Mas desta vez, dizem os novos keynesianos, como Fernando Nogueira e os recém convertidos Monica de Bolle e André Lara Rezende, a expansão da dívida seria destinada principalmente ao socorro da economia real e dos pequenos empresários, aos gastos sociais do estado e à renda básica universal, beneficiando diretamente os mais vulneráveis.

A questão é que, por conta da tendência inevitável de crescimento do desemprego estrutural, os vulneráveis (improdutivos para o capital) também tendem a crescer numericamente, numa conta que não fecha: para sustentá-los a dívida pública teria que crescer indefinidamente, sem perspectiva de tempos de bonança em que ela diminuiria.

Ora, isto é o que já acontece na fase neoliberal. A nova receita keynesiana, portanto, é apenas um acréscimo humanitário (dar dinheiro aos pobres e não só ao grande capital) na fracassada solução neoliberal, assentada no crescimento das bolhas de capital fictício para manter a economia girando. Não vai funcionar.

Todo esse raciocínio é, de fato, muito determinista e baseado nas leis “quase naturais” do capital, descobertas por Marx e enfatizadas por Moishe Postone e pela Crítica do Valor. Mas é assim que as coisas são na realidade do capitalismo e, por essas leis, não há a possibilidade lógica de haver, no pós-coronavírus, uma social-democracia keynesiana de alcance global, distributivista e solidária, mesmo que haja uma grande vontade política de toda a população mundial, incluindo ralé e elites.

No capitalismo, a política quase nada pode fazer contra as leis (determinações) da economia. No máximo pode mitigar a miséria com programas sociais distributivos ou utilizar o Estado para fortalecer um país na guerra capitalista mundial (como fazem Alemanha, EUA e China), em detrimento dos países perdedores. Estes herdam o pior dos mundos, pois além de terem um percentual maior de pobres em sua população, terão menos recursos para ajudá-los, como é o caso dos países africanos e latino-americanos.

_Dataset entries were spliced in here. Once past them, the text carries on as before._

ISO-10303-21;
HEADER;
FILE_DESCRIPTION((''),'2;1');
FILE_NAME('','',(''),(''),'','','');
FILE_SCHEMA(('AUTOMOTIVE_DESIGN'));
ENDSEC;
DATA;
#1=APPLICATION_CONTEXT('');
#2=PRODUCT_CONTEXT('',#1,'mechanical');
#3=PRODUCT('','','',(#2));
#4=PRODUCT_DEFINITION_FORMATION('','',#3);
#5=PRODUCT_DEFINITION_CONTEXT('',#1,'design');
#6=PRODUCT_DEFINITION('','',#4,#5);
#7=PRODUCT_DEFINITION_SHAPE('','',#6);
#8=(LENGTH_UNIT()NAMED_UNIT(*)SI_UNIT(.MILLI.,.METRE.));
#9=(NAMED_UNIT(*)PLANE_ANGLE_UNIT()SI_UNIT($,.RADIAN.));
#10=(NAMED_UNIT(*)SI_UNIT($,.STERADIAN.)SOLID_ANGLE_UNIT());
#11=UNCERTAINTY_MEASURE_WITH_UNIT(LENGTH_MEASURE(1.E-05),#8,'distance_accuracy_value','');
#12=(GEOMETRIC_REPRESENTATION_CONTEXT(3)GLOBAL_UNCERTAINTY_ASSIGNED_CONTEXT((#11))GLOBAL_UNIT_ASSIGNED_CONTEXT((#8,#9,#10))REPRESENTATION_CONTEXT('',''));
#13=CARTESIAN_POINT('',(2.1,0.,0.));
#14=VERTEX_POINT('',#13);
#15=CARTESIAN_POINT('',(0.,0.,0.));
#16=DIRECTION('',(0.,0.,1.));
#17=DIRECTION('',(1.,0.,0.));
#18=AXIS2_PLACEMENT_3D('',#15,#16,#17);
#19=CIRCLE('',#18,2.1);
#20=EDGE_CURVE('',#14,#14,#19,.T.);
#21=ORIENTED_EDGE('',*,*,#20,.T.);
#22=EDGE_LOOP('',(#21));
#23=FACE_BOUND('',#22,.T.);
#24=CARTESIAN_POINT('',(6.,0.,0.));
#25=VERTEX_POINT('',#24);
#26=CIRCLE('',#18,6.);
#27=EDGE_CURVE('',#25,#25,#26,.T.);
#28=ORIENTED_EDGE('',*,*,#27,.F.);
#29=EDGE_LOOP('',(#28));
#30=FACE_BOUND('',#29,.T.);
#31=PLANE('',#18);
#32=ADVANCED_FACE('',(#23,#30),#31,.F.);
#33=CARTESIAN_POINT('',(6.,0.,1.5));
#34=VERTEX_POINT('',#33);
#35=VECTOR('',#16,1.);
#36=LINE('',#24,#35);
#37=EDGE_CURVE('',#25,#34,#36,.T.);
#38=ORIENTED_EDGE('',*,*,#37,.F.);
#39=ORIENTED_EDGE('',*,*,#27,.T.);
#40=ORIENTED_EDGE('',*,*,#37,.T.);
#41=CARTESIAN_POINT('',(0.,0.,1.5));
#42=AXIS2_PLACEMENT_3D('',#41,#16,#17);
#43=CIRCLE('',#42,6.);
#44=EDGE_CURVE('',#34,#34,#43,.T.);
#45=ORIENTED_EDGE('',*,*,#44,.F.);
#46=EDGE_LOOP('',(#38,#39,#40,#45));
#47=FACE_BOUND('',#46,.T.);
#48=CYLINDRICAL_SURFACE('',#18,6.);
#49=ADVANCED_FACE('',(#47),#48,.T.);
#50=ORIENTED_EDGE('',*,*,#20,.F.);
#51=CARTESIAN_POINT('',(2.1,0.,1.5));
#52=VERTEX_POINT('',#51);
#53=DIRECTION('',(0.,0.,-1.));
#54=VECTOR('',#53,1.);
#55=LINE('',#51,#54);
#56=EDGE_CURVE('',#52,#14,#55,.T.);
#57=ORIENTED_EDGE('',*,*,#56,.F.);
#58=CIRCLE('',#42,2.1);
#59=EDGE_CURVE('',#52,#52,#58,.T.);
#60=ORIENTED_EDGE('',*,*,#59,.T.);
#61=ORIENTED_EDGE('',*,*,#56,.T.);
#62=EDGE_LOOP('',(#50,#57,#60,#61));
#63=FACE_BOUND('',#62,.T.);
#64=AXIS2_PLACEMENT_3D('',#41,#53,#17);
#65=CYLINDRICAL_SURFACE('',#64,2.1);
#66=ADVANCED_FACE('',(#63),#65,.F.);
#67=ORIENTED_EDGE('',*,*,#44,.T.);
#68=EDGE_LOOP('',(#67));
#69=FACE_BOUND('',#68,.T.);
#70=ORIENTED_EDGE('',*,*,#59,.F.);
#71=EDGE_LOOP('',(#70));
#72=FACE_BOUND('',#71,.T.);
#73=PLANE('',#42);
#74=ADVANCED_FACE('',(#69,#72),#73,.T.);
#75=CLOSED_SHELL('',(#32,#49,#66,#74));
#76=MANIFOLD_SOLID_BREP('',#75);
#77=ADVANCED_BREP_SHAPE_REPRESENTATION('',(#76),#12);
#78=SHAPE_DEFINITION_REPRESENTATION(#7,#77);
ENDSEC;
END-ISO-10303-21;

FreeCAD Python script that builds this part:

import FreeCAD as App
import Part
import Sketcher
from FreeCAD import Vector


def add_polygon(sketch, points):
    """Adds a closed chain of lines whose ends are joined by coincident constraints."""
    first, n = sketch.GeometryCount, len(points)
    for a, b in zip(points, points[1:] + points[:1]):
        sketch.addGeometry(Part.LineSegment(App.Vector(*a, 0), App.Vector(*b, 0)), False)
    for i in range(n):
        sketch.addConstraint(Sketcher.Constraint("Coincident", first + i, 2, first + (i + 1) % n, 1))

doc = App.newDocument("Part")
body = doc.addObject("PartDesign::Body", "Body")

sketch1 = body.newObject("Sketcher::SketchObject", "Sketch")
sketch1.AttachmentSupport = (doc.getObject("XZ_Plane"), [""])
sketch1.MapMode = "FlatFace"
add_polygon(sketch1, [(2.1, 0), (2.1, 1.5), (6, 1.5), (6, 0)])
sketch1.addConstraint([
    Sketcher.Constraint("Vertical", 0),
    Sketcher.Constraint("Horizontal", 1),
    Sketcher.Constraint("Vertical", 2),
    Sketcher.Constraint("Horizontal", 3),
    Sketcher.Constraint("PointOnObject", 2, 2, -1),
    Sketcher.Constraint("DistanceY", 0, 1, 0, 2, 1.5),
    Sketcher.Constraint("DistanceX", 1, 1, 1, 2, 3.9),
    Sketcher.Constraint("DistanceX", -1, 1, 1, 2, 6.0),
])
revolution = body.newObject("PartDesign::Revolution", "Revolution")
revolution.Profile = sketch1
revolution.ReferenceAxis = (sketch1, ["V_Axis"])
revolution.Angle = 360

doc.recompute()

As esperanças do ressurgimento de um novo keynesianismo social-democrata são ilusões típicas de tempos de crise, quando a boa vontade de muitos emerge. Mas a boa vontade política é inútil no capitalismo, em que só a busca de lucro (mais capital) importa, e a vida das pessoas e a natureza se subordinam às coerções (determinações) da economia.

A não ser como adaptação dos países vencedores às leis do mercado mundial, o keynesianismo não tem nada de pragmático. Ao acreditar que o capitalismo atual é um sistema co-determinista, o keynesianismo faz uma leitura equivocada de sua realidade sistêmica e suas leis quase objetivas. Sua postura, teórica e prática, se revela tão ideológica (baseada na fé de um co-determinismo que não há) quanto a dos liberais e marxistas ortodoxos.

Os novos keynesianos acreditam que as ideias e receitas de Keynes, por ter funcionado parcialmente no pós-guerra, podem ser adaptadas e aplicadas à crise atual do capitalismo, inteiramente diferente daquela situação.

O que ocorre, hoje, é um colapso estrutural do capitalismo, cujas crises financeira de 2008 e sanitária de agora são apenas os gatilhos, que disparam e aceleram a descida ao abismo. A solução pragmática não é a keynesiana, de reforma do sistema, de resto irrecuperável. Esta é uma solução de fé, tão ilusória quanto a austeridade neoliberal e a revolução proletária do marxismo ortodoxo.

A solução verdadeiramente pragmática (realista) é a que quase todos consideram ilusória: a abolição do capital e a emancipação do capitalismo e sua lógica impessoal de valorização do valor. E o capitalismo permite tal solução, pois embora seja um sistema total, cuja lógica impessoal é quase tão objetiva quanto as leis da natureza, seu desenvolvimento é contraditório. E em suas contradições imanentes ele possibilita que vejamos suas falhas e possibilidades de superação.

Só a abolição do capital e suas categorias (trabalho, valor, dinheiro) pode restaurar, pragmaticamente, a realidade co-determinista do mundo, resgatando o poder de ação das pessoas sobre a realidade social e interrompendo o determinismo econômico do sistema capitalista, que nos arrasta inevitavelmente ao duplo precipício de uma crise ecológica e social sem precedentes e, talvez, sem retorno.